Materials provided Block Start
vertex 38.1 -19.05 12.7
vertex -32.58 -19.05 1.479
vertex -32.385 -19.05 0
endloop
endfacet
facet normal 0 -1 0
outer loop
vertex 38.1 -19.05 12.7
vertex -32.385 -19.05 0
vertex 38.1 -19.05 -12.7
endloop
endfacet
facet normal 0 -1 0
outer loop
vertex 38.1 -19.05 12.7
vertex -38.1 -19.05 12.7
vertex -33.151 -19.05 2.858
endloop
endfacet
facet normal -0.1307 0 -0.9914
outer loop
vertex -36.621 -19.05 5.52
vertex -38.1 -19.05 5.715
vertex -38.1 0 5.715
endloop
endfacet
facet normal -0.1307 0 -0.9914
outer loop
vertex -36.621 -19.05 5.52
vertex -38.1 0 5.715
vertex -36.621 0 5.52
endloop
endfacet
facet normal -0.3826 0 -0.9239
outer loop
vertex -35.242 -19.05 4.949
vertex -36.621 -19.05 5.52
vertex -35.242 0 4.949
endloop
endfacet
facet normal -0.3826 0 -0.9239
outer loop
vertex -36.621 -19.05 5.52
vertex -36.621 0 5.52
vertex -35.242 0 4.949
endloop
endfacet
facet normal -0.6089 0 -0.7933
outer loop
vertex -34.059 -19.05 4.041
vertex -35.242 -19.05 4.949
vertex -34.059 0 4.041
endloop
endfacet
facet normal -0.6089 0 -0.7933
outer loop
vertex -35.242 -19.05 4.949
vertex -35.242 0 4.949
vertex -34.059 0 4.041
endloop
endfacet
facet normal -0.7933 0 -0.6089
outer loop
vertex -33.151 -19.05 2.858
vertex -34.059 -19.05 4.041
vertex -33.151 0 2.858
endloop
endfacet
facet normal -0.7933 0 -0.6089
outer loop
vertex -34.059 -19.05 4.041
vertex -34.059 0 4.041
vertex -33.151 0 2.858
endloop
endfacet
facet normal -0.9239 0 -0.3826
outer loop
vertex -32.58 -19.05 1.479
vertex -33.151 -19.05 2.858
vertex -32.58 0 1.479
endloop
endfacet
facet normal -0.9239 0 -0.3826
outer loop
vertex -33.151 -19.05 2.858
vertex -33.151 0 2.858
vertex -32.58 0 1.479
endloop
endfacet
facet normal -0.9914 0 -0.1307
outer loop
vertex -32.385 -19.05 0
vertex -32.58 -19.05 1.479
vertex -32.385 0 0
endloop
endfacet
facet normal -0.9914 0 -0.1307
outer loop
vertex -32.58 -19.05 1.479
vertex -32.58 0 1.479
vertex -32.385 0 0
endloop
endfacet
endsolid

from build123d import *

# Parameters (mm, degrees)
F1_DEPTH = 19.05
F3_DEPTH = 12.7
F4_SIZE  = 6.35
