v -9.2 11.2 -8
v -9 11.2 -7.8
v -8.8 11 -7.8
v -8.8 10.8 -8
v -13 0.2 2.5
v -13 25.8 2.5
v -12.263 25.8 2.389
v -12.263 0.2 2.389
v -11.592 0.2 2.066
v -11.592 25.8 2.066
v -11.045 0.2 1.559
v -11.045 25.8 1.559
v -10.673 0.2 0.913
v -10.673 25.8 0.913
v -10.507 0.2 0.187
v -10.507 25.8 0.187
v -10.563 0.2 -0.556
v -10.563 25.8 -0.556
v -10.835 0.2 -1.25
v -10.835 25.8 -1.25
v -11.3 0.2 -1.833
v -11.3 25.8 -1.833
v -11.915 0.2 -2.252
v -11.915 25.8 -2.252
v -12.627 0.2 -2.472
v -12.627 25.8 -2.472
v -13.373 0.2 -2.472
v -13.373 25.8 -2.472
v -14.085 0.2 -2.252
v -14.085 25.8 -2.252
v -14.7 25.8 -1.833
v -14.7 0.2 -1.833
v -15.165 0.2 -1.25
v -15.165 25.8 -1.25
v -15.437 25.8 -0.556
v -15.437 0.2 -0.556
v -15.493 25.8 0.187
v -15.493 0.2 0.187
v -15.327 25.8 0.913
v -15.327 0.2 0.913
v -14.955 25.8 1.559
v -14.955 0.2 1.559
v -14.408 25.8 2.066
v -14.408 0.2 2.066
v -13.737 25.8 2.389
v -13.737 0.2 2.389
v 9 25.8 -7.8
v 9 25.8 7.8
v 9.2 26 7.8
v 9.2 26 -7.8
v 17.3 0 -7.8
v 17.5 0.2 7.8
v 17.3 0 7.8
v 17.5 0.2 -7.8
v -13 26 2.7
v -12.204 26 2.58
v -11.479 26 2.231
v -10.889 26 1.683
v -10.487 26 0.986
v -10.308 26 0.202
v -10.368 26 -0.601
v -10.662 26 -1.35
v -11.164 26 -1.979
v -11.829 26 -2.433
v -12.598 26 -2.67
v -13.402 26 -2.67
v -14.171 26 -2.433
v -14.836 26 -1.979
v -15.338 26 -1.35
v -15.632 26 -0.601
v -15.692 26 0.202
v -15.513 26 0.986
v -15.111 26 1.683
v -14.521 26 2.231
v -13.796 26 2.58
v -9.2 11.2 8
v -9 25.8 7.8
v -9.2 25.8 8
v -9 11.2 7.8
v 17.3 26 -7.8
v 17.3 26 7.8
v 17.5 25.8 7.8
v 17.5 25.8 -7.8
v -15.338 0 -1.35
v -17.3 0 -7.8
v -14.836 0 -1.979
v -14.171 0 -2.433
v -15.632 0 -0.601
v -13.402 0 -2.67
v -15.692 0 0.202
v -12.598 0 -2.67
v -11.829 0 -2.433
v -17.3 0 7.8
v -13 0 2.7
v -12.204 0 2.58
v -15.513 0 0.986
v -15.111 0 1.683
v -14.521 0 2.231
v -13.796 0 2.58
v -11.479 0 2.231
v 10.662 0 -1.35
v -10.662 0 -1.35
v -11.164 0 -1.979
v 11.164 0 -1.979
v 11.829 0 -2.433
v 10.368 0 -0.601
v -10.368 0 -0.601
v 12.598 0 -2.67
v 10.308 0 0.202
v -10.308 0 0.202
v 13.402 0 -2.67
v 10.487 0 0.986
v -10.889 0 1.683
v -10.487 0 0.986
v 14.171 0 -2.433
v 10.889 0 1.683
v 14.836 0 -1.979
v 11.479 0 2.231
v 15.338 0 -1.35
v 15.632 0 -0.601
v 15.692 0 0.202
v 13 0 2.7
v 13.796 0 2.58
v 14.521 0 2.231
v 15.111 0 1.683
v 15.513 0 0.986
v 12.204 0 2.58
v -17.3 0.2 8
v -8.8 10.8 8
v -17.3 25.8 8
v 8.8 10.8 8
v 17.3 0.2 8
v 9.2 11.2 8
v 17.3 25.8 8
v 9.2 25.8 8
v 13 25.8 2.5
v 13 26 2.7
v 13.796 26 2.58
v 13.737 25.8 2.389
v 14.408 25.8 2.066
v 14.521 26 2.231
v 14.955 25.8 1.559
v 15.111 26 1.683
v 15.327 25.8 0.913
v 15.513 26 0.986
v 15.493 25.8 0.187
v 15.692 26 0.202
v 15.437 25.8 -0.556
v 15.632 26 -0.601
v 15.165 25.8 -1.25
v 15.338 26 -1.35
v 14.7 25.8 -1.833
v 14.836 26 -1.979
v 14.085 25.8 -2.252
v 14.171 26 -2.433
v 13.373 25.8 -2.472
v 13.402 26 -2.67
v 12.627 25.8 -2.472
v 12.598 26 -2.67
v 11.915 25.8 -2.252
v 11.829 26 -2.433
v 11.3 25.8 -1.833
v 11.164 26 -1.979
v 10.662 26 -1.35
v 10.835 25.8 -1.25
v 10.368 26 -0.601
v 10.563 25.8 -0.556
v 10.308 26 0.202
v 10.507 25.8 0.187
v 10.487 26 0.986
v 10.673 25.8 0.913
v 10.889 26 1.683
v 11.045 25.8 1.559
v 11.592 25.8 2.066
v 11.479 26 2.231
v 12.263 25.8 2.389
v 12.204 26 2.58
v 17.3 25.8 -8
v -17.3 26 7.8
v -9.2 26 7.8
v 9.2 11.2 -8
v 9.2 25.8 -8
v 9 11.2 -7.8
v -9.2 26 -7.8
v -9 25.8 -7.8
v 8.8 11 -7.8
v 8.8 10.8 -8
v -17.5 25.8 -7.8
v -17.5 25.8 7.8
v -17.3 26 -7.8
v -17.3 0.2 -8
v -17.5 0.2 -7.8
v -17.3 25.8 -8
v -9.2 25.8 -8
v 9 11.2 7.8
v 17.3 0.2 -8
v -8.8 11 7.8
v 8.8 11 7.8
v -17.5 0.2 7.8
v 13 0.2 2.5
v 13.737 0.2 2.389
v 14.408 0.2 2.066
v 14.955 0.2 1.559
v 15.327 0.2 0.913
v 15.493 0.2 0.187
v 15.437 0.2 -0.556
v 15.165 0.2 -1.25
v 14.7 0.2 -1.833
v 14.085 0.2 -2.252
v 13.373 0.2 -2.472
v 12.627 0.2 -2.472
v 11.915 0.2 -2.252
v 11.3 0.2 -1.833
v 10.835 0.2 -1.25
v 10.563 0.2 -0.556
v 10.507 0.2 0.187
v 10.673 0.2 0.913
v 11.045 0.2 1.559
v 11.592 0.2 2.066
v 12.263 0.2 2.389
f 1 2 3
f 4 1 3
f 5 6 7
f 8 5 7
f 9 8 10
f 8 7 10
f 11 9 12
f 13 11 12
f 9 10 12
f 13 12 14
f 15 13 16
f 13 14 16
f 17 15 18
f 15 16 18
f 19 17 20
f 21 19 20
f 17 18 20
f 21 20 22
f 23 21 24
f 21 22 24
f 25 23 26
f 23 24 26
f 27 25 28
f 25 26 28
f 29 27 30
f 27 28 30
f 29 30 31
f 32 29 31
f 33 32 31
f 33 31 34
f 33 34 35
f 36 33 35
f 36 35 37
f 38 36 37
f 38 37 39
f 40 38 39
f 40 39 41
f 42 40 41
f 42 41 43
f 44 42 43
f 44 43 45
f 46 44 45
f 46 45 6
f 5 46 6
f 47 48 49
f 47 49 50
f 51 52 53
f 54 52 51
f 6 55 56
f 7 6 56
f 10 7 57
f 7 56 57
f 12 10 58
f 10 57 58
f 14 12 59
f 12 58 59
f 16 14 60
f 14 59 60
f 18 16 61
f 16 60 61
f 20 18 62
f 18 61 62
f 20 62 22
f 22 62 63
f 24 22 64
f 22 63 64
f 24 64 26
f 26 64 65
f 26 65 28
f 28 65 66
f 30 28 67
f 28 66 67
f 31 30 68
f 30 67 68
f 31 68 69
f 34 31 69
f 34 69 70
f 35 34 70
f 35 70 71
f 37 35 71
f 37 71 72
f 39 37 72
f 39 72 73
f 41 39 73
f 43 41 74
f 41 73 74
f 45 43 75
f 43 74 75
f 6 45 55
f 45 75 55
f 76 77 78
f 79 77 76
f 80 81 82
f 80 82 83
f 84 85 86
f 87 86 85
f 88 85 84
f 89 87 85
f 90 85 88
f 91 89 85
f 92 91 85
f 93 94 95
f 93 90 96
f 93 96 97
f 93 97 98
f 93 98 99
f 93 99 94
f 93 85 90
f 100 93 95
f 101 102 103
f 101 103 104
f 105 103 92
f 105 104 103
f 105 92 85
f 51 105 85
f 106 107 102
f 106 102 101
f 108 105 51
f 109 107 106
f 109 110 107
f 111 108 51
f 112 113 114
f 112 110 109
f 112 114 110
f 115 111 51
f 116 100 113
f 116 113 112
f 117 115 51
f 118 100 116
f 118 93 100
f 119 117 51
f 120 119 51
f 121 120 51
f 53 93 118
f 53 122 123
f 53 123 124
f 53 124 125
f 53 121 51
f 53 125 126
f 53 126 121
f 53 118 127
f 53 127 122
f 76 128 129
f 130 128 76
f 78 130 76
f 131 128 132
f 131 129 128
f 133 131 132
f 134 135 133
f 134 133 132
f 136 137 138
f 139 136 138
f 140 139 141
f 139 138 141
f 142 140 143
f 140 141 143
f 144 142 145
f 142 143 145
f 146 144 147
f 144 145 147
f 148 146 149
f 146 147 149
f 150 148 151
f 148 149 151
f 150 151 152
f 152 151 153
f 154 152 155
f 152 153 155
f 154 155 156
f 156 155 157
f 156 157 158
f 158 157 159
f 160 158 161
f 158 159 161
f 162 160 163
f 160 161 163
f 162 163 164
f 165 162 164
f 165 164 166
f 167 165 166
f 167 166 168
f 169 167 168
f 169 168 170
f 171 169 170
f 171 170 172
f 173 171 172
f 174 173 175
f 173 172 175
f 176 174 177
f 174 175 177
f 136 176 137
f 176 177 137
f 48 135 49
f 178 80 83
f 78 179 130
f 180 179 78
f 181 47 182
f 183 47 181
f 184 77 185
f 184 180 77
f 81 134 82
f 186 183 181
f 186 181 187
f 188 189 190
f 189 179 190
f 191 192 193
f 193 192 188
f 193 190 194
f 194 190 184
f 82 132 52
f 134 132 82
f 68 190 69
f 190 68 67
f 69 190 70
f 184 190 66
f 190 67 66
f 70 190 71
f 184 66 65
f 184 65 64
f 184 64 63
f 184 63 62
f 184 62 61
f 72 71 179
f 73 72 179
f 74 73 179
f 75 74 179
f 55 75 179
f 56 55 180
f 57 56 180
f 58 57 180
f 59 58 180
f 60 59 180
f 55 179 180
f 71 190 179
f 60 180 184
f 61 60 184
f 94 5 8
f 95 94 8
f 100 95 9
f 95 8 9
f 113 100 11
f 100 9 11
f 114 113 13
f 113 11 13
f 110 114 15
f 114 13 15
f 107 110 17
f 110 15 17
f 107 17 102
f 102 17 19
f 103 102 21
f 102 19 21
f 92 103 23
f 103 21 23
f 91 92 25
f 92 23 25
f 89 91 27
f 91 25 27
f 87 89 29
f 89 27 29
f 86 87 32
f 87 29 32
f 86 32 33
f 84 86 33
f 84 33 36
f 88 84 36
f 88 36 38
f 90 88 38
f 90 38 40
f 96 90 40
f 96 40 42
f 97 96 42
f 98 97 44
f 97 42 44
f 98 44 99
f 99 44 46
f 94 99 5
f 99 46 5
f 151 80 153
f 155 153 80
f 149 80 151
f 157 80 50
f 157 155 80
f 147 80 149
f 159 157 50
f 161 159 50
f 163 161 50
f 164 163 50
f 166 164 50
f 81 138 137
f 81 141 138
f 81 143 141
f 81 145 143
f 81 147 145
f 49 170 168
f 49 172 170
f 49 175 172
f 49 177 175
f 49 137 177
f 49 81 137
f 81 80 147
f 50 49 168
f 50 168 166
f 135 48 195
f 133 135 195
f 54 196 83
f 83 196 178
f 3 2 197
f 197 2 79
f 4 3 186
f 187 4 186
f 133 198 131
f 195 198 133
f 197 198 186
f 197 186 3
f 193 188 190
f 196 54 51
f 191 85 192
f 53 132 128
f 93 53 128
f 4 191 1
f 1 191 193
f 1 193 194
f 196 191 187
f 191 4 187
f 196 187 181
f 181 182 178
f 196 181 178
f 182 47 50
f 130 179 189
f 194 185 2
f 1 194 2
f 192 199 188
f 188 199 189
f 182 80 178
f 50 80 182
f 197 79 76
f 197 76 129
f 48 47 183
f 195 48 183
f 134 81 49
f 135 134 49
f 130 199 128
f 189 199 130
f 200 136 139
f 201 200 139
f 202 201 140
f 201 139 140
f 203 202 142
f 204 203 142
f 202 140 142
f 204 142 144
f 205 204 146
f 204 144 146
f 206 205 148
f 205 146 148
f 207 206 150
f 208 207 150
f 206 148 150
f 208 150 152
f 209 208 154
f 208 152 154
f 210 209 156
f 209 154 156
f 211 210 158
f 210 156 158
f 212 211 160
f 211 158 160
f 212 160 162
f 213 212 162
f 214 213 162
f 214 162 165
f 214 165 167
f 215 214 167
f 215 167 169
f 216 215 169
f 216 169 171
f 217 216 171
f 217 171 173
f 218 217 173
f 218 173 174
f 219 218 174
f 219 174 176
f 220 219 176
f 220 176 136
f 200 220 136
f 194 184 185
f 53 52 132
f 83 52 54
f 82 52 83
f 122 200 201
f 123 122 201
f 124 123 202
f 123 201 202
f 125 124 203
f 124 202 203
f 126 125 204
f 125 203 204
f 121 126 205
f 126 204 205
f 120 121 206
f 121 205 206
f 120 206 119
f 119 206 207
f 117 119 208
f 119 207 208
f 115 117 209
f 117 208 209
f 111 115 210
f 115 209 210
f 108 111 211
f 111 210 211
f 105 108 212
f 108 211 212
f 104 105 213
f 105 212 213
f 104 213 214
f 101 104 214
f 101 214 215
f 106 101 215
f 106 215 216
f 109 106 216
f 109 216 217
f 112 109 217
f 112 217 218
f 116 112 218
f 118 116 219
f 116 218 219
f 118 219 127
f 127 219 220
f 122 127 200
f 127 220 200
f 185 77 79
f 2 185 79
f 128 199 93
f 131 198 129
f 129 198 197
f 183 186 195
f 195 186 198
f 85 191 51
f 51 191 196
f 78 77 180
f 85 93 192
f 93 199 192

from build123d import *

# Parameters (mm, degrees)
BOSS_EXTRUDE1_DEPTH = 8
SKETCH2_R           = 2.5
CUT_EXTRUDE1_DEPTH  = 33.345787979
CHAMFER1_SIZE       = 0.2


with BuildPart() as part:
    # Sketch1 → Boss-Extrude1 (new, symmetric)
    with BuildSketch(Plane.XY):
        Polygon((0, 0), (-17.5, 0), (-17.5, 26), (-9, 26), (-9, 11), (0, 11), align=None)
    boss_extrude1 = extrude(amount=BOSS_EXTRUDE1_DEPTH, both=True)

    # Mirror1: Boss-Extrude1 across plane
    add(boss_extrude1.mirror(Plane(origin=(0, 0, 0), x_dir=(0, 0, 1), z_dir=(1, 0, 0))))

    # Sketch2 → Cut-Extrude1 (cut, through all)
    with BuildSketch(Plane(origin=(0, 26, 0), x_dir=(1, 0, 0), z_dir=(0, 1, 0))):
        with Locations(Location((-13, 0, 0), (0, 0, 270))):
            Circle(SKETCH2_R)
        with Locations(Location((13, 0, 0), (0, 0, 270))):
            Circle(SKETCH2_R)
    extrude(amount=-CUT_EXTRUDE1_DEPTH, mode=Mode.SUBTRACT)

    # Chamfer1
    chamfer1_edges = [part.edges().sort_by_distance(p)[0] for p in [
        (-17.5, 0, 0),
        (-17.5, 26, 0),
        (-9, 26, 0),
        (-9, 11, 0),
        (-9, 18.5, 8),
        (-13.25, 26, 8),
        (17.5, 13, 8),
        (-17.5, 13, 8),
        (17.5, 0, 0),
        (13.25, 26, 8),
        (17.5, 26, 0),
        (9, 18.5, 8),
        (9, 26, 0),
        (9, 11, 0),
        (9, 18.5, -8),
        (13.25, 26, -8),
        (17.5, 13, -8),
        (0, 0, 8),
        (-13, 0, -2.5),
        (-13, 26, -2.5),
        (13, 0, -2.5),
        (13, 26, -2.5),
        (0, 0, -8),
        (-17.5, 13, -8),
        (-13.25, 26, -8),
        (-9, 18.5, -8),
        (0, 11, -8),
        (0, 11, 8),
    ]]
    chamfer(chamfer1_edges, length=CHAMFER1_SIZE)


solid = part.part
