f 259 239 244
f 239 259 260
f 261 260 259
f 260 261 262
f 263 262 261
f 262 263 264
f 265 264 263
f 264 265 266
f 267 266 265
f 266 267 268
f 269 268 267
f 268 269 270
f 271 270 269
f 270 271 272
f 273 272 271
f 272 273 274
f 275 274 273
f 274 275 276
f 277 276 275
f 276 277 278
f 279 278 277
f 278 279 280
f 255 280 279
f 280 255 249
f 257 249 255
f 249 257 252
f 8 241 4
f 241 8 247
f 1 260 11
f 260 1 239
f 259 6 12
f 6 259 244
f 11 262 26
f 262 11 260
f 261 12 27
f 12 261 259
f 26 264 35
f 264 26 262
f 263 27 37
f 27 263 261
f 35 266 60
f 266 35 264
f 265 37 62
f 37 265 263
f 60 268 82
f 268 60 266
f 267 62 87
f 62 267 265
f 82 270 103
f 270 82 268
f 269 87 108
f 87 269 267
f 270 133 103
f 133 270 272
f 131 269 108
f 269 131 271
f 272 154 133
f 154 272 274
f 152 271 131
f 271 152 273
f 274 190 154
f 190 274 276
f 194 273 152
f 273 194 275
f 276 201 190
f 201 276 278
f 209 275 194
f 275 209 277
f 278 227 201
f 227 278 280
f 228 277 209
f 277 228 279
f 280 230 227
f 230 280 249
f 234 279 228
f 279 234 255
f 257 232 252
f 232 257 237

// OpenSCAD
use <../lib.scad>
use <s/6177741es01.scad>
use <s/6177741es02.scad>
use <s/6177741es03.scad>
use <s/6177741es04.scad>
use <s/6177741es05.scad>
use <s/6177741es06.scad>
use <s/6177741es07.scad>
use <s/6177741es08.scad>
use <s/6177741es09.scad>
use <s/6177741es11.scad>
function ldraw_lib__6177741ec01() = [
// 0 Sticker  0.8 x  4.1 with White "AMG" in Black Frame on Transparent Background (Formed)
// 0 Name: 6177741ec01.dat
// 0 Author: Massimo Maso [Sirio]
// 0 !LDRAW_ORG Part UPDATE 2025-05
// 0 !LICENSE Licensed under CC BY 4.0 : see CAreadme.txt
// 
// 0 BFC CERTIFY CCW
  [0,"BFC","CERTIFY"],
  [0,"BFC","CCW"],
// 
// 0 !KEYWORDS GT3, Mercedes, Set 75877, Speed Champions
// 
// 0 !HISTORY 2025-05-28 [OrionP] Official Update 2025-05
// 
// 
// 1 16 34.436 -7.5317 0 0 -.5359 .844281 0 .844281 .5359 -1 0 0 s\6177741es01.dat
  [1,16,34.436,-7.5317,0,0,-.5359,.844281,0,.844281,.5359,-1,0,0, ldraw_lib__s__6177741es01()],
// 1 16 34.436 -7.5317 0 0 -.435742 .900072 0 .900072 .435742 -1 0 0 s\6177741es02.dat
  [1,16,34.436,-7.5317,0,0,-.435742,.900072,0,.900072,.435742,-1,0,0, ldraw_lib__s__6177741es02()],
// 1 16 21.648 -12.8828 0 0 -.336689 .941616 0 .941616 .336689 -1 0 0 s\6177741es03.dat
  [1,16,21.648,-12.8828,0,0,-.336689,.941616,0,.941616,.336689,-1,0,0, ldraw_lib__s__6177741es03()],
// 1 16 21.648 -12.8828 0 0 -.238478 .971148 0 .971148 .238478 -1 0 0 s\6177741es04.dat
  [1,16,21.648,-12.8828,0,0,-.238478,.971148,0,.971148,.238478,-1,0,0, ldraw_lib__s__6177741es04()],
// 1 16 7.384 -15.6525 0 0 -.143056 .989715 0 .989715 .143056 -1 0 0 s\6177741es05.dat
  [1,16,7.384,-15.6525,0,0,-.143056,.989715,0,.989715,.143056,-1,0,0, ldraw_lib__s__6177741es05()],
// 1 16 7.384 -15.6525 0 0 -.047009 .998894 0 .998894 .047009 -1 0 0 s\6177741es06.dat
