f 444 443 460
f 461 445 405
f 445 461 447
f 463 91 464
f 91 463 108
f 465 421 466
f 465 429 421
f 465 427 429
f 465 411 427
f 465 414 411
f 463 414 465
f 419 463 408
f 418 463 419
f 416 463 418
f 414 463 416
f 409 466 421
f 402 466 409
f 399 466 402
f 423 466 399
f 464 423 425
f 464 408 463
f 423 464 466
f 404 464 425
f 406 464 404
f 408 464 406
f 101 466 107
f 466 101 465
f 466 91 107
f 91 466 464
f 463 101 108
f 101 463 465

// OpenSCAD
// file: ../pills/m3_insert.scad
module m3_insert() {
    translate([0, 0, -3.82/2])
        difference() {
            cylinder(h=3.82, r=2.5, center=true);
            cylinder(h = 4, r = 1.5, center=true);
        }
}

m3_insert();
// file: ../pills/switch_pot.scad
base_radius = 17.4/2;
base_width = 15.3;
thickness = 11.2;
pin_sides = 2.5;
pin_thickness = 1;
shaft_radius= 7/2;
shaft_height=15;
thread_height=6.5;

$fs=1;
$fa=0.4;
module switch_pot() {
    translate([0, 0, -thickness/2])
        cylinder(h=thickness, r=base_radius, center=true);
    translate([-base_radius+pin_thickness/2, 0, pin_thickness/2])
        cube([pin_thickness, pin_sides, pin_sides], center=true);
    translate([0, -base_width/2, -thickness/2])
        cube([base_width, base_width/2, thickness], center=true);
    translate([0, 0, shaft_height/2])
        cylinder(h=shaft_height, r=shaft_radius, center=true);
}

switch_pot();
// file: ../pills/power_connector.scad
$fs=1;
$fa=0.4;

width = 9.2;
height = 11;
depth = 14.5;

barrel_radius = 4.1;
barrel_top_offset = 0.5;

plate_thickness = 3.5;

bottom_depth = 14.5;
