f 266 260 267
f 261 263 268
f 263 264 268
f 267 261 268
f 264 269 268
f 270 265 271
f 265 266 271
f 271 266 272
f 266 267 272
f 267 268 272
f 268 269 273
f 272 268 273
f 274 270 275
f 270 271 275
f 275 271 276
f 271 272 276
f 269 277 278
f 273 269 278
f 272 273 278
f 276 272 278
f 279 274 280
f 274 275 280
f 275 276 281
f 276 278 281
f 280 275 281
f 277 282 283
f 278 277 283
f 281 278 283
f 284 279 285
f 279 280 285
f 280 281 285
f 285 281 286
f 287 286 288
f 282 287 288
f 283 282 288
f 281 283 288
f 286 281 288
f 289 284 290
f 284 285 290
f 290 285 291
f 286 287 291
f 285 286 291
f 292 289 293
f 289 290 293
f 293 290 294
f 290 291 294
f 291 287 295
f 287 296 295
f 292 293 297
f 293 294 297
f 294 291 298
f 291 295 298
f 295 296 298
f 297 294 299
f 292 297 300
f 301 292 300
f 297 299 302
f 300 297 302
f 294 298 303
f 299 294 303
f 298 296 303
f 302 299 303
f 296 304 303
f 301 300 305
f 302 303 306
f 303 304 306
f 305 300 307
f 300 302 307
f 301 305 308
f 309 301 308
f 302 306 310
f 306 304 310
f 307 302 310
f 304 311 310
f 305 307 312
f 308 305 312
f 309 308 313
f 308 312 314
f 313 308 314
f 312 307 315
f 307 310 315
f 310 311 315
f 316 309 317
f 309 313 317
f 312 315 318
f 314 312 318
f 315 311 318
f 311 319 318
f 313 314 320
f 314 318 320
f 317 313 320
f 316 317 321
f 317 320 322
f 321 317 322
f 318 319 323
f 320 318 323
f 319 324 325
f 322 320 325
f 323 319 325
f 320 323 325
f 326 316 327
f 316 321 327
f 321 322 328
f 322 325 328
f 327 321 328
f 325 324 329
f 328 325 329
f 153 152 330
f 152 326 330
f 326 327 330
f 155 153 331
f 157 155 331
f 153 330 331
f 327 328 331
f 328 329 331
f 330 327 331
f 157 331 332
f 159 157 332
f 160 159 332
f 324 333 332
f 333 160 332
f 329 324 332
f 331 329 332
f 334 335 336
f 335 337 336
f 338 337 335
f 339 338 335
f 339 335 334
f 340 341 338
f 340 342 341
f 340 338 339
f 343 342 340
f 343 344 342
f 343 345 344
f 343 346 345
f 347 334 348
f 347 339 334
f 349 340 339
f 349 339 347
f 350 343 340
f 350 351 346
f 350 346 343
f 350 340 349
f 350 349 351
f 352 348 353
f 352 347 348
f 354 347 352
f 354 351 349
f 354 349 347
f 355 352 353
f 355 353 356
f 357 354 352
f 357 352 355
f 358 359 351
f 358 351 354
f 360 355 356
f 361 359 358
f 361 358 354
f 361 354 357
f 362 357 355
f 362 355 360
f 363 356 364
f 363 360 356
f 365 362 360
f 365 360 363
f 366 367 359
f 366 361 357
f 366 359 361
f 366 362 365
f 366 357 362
Materials provided Block End
## Aim of the exercise
Work out how many lines in the listing contain "center", then write down that number and nothing else.

## Answer box
6